- **Requirement**
Beneath this instruction is a listing; print exactly the lines in it starting at the line that contains "v -15.21 0 -18.988" and going through the line that contains "v 16.016 0 -13.828".

-------- Records for this task --------

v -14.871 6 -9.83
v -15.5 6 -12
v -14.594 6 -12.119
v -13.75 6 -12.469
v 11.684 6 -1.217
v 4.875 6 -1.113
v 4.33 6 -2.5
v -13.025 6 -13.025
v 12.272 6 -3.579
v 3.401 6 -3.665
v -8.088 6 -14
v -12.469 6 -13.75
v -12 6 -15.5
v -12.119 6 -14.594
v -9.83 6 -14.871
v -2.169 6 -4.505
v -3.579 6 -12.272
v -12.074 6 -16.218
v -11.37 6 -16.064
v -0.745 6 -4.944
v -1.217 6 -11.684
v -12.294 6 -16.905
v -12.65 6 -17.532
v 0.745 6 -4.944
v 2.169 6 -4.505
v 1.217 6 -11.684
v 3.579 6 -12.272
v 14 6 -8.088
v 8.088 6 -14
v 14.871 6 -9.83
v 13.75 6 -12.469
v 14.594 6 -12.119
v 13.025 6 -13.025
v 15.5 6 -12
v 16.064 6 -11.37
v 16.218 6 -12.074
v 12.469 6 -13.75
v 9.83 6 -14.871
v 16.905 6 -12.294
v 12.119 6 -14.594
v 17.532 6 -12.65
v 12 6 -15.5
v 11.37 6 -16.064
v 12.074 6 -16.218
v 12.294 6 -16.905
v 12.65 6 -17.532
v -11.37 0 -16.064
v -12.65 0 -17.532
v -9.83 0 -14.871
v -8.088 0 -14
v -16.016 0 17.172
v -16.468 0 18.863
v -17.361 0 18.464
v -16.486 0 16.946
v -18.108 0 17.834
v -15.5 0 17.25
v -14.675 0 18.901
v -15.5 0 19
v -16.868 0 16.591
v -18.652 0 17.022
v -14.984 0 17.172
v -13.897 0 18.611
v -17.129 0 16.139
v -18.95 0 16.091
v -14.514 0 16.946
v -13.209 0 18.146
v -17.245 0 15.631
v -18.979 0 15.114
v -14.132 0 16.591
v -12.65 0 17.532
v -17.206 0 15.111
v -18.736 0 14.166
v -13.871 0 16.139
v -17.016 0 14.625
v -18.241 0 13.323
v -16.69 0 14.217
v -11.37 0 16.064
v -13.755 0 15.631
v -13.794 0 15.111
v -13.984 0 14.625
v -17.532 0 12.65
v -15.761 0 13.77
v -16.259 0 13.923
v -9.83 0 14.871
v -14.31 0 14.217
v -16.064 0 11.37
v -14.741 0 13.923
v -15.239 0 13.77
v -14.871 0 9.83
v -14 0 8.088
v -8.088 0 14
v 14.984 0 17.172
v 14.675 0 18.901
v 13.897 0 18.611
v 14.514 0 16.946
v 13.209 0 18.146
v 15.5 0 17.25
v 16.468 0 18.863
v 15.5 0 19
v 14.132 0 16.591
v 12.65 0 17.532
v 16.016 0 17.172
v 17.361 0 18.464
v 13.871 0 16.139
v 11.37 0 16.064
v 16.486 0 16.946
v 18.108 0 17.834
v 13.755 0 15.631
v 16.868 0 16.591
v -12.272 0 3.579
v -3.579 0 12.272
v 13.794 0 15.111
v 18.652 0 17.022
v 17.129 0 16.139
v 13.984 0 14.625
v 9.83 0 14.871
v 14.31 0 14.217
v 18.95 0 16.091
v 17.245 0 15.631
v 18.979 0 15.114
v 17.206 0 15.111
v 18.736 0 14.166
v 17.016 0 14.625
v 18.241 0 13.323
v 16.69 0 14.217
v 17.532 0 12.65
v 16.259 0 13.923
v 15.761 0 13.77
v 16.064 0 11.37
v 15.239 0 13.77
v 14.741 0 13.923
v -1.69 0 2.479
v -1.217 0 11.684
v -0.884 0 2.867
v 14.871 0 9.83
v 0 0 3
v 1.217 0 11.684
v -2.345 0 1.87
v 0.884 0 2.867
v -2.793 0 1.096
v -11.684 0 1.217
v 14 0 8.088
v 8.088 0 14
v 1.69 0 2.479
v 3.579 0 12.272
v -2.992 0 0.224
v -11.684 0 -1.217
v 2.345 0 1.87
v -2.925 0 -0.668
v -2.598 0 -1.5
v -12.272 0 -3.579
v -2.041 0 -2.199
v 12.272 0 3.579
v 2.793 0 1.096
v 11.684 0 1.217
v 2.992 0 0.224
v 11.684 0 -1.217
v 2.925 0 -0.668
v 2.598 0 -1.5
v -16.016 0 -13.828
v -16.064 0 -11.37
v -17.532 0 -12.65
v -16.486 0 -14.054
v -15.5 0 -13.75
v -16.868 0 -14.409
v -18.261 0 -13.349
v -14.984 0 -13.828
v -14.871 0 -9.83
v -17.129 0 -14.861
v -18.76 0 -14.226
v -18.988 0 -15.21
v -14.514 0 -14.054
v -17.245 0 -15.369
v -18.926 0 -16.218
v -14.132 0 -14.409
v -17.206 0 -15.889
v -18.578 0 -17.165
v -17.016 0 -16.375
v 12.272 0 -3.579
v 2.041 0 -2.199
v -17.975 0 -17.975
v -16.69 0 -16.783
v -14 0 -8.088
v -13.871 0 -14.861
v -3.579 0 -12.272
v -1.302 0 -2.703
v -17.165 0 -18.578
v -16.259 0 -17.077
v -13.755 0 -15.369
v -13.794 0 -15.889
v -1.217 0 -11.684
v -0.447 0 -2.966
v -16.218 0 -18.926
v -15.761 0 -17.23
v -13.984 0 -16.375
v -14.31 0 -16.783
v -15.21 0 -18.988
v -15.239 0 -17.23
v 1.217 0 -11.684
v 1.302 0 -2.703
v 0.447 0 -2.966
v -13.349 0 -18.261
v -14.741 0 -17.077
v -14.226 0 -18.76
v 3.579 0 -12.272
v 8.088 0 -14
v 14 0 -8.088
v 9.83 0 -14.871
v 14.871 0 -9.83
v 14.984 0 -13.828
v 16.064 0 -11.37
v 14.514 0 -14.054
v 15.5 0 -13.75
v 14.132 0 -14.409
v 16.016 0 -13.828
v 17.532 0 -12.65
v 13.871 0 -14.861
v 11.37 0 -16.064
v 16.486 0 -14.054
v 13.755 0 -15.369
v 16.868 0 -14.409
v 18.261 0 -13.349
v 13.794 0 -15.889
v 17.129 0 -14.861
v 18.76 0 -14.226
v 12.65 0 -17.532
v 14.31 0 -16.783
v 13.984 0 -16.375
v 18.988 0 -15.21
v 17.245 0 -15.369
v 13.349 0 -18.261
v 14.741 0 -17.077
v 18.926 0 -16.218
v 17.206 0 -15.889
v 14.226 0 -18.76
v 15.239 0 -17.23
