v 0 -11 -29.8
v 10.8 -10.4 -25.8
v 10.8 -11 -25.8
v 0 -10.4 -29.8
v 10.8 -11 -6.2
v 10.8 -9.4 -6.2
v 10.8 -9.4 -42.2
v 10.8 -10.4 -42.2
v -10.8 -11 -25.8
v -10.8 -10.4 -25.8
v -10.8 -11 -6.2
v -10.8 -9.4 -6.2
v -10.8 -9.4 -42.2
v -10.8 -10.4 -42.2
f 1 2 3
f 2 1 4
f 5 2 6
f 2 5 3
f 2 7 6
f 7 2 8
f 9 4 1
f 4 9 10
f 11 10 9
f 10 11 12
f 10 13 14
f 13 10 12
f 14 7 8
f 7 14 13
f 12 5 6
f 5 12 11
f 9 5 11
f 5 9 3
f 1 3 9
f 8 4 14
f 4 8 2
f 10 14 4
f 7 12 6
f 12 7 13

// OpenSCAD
// file: ../p/rect3.scad
use <../lib.scad>
function ldraw_lib__rect3() = [
// 0 Rectangle with 3 Edges
// 0 Name: rect3.dat
// 0 Author: Mark Kennedy [mkennedy]
// 0 !LDRAW_ORG Primitive UPDATE 2010-01
// 0 !LICENSE Licensed under CC BY 4.0 : see CAreadme.txt
// 
// 0 BFC CERTIFY CCW
  [0,"BFC","CERTIFY"],
  [0,"BFC","CCW"],
// 
// 0 !HISTORY 2003-08-01 [PTadmin] Official Update 2003-02
// 0 !HISTORY 2007-06-24 [PTadmin] Header formatted for Contributor Agreement
// 0 !HISTORY 2008-07-01 [PTadmin] Official Update 2008-01
// 0 !HISTORY 2010-01-17 [mikeheide] Change winding to CCW
// 0 !HISTORY 2010-04-05 [PTadmin] Official Update 2010-01
// 
// 
// 2 24 1 0 1 -1 0 1
  [2,24,1,0,1,-1,0,1],
// 2 24 1 0 1 1 0 -1
  [2,24,1,0,1,1,0,-1],
// 2 24 -1 0 1 -1 0 -1
  [2,24,-1,0,1,-1,0,-1],
// 4 16 -1 0 1 -1 0 -1 1 0 -1 1 0 1
  [4,16,-1,0,1,-1,0,-1,1,0,-1,1,0,1],
// 0 //
];
module ldraw_lib__rect3(step=0, col=false, unit=2/5, alt=false, line=0.2, solid=!$preview)
    makepoly(ldraw_lib__rect3(), step=step, col=col, unit=unit, alt=alt, line=line, solid=solid);
ldraw_lib__rect3(line=0.2);
// file: ../p/rect2p.scad
use <../lib.scad>
function ldraw_lib__rect2p() = [
// 0 Rectangle with 2 Parallel Edges
// 0 Name: rect2p.dat
// 0 Author: Donald Sutter [technog]
// 0 !LDRAW_ORG Primitive UPDATE 2010-01
// 0 !LICENSE Licensed under CC BY 4.0 : see CAreadme.txt
// 
// 0 BFC CERTIFY CCW
  [0,"BFC","CERTIFY"],
  [0,"BFC","CCW"],
// 
// 0 !HISTORY 2003-08-01 [PTadmin] Official Update 2003-02
// 0 !HISTORY 2007-06-24 [PTadmin] Header formatted for Contributor Agreement
// 0 !HISTORY 2008-07-01 [PTadmin] Official Update 2008-01
// 0 !HISTORY 2010-01-17 [mikeheide] changed winding to CCW
// 0 !HISTORY 2010-04-05 [PTadmin] Official Update 2010-01
// 
// 
// 2 24 1 0 1 -1 0 1
  [2,24,1,0,1,-1,0,1],
// 2 24 -1 0 -1 1 0 -1
  [2,24,-1,0,-1,1,0,-1],
// 4 16 -1 0 1 -1 0 -1 1 0 -1 1 0 1
  [4,16,-1,0,1,-1,0,-1,1,0,-1,1,0,1],
// 0
];
module ldraw_lib__rect2p(step=0, col=false, unit=2/5, alt=false, line=0.2, solid=!$preview)
    makepoly(ldraw_lib__rect2p(), step=step, col=col, unit=unit, alt=alt, line=line, solid=solid);
ldraw_lib__rect2p(line=0.2);
// file: ../p/rect.scad
use <../lib.scad>
function ldraw_lib__rect() = [
// 0 Rectangle
// 0 Name: rect.dat
// 0 Author: James Jessiman
// 0 !LDRAW_ORG Primitive UPDATE 2010-01
// 0 !LICENSE Licensed under CC BY 4.0 : see CAreadme.txt
// 
// 0 BFC CERTIFY CCW
  [0,"BFC","CERTIFY"],
  [0,"BFC","CCW"],
// 
// 0 !HISTORY 2002-04-05 [hafhead] Added BFC statement
// 0 !HISTORY 2002-04-25 [PTadmin] Official Update 2002-02
// 0 !HISTORY 2007-06-24 [PTadmin] Header formatted for Contributor Agreement
// 0 !HISTORY 2008-07-01 [PTadmin] Official Update 2008-01
// 0 !HISTORY 2010-01-17 [mikeheide] changed winding to CCW
// 0 !HISTORY 2010-04-05 [PTadmin] Official Update 2010-01
// 
// 
// 2 24 1 0 1 -1 0 1
  [2,24,1,0,1,-1,0,1],
// 2 24 -1 0 1 -1 0 -1
  [2,24,-1,0,1,-1,0,-1],
// 2 24 -1 0 -1 1 0 -1
  [2,24,-1,0,-1,1,0,-1],
// 2 24 1 0 -1 1 0 1
  [2,24,1,0,-1,1,0,1],
// 4 16 -1 0 1 -1 0 -1 1 0 -1 1 0 1
  [4,16,-1,0,1,-1,0,-1,1,0,-1,1,0,1],
// 0
];
module ldraw_lib__rect(step=0, col=false, unit=2/5, alt=false, line=0.2, solid=!$preview)
    makepoly(ldraw_lib__rect(), step=step, col=col, unit=unit, alt=alt, line=line, solid=solid);
ldraw_lib__rect(line=0.2);
// main file
use <../lib.scad>
use <../p/rect.scad>
use <../p/rect2p.scad>
use <../p/rect3.scad>
function ldraw_lib__u9116() = [
// 0 ~Electric Hub Mario Screen Glass
// 0 Name: u9116.dat
// 0 Author: Philippe Hurbain [Philo]
// 0 !LDRAW_ORG Part UPDATE 2023-06
// 0 !LICENSE Licensed under CC BY 4.0 : see CAreadme.txt
// 
// 0 BFC CERTIFY CCW
  [0,"BFC","CERTIFY"],
  [0,"BFC","CCW"],
// 
// 0 !HISTORY 2022-06-01 {LEGO Instructions App} Original part shape
// 0 !HISTORY 2022-06-12 [Philo] File preparation for LDraw Parts Tracker
// 0 !HISTORY 2023-11-19 [OrionP] Official Update 2023-06
// 
// 
// 0 // Needs Work: Clean necessary
// 
// 2 24 27 105.5 -26 27 64.5 -26
  [2,24,27,105.5,-26,27,64.5,-26],
// 1 16 13.5 69.5 -26.75 13.5 0 0 -5 -1 0 0 0 -0.75 rect.dat
  [1,16,13.5,69.5,-26.75,13.5,0,0,-5,-1,0,0,0,-0.75, ldraw_lib__rect()],
// 4 16 27 15.5 -23.5 27 15.5 -27.5 27 64.5 -27.5 27 64.5 -26
  [4,16,27,15.5,-23.5,27,15.5,-27.5,27,64.5,-27.5,27,64.5,-26],
// 4 16 27 15.5 -23.5 27 64.5 -26 27 105.5 -26 27 105.5 -23.5
  [4,16,27,15.5,-23.5,27,64.5,-26,27,105.5,-26,27,105.5,-23.5],
// 2 24 -27 105.5 -26 -27 64.5 -26
  [2,24,-27,105.5,-26,-27,64.5,-26],
// 1 16 -13.5 69.5 -26.75 0 0 -13.5 0 -1 -5 -0.75 0 0 rect3.dat
  [1,16,-13.5,69.5,-26.75,0,0,-13.5,0,-1,-5,-0.75,0,0, ldraw_lib__rect3()],
// 4 16 -27 64.5 -27.5 -27 15.5 -27.5 -27 15.5 -23.5 -27 64.5 -26
  [4,16,-27,64.5,-27.5,-27,15.5,-27.5,-27,15.5,-23.5,-27,64.5,-26],
// 4 16 -27 105.5 -26 -27 64.5 -26 -27 15.5 -23.5 -27 105.5 -23.5
  [4,16,-27,105.5,-26,-27,64.5,-26,-27,15.5,-23.5,-27,105.5,-23.5],
// 1 16 0 105.5 -24.75 27 0 0 0 -1 0 0 0 -1.25 rect.dat
  [1,16,0,105.5,-24.75,27,0,0,0,-1,0,0,0,-1.25, ldraw_lib__rect()],
// 1 16 0 15.5 -25.5 0 0 -27 0 1 0 2 0 0 rect.dat
  [1,16,0,15.5,-25.5,0,0,-27,0,1,0,2,0,0, ldraw_lib__rect()],
// 1 16 0 40 -27.5 0 0 27 24.5 0 0 0 1 0 rect2p.dat
  [1,16,0,40,-27.5,0,0,27,24.5,0,0,0,1,0, ldraw_lib__rect2p()],
// 3 16 0 74.5 -27.5 27 64.5 -27.5 -27 64.5 -27.5
  [3,16,0,74.5,-27.5,27,64.5,-27.5,-27,64.5,-27.5],
// 4 16 0 74.5 -26 -27 105.5 -26 27 105.5 -26 27 64.5 -26
  [4,16,0,74.5,-26,-27,105.5,-26,27,105.5,-26,27,64.5,-26],
// 3 16 -27 64.5 -26 -27 105.5 -26 0 74.5 -26
  [3,16,-27,64.5,-26,-27,105.5,-26,0,74.5,-26],
// 1 16 0 60.5 -23.5 0 0 27 -45 0 0 0 -1 0 rect2p.dat
  [1,16,0,60.5,-23.5,0,0,27,-45,0,0,0,-1,0, ldraw_lib__rect2p()],
];
module ldraw_lib__u9116(step=0, col=false, unit=2/5, alt=false, line=0.2, solid=!$preview)
    makepoly(ldraw_lib__u9116(), step=step, col=col, unit=unit, alt=alt, line=line, solid=solid);
ldraw_lib__u9116(line=0.2);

--------

- **Response area**
v -15.21 0 -18.988
v -15.239 0 -17.23
v 1.217 0 -11.684
v 1.302 0 -2.703
v 0.447 0 -2.966
v -13.349 0 -18.261
v -14.741 0 -17.077
v -14.226 0 -18.76
v 3.579 0 -12.272
v 8.088 0 -14
v 14 0 -8.088
v 9.83 0 -14.871
v 14.871 0 -9.83
v 14.984 0 -13.828
v 16.064 0 -11.37
v 14.514 0 -14.054
v 15.5 0 -13.75
v 14.132 0 -14.409
v 16.016 0 -13.828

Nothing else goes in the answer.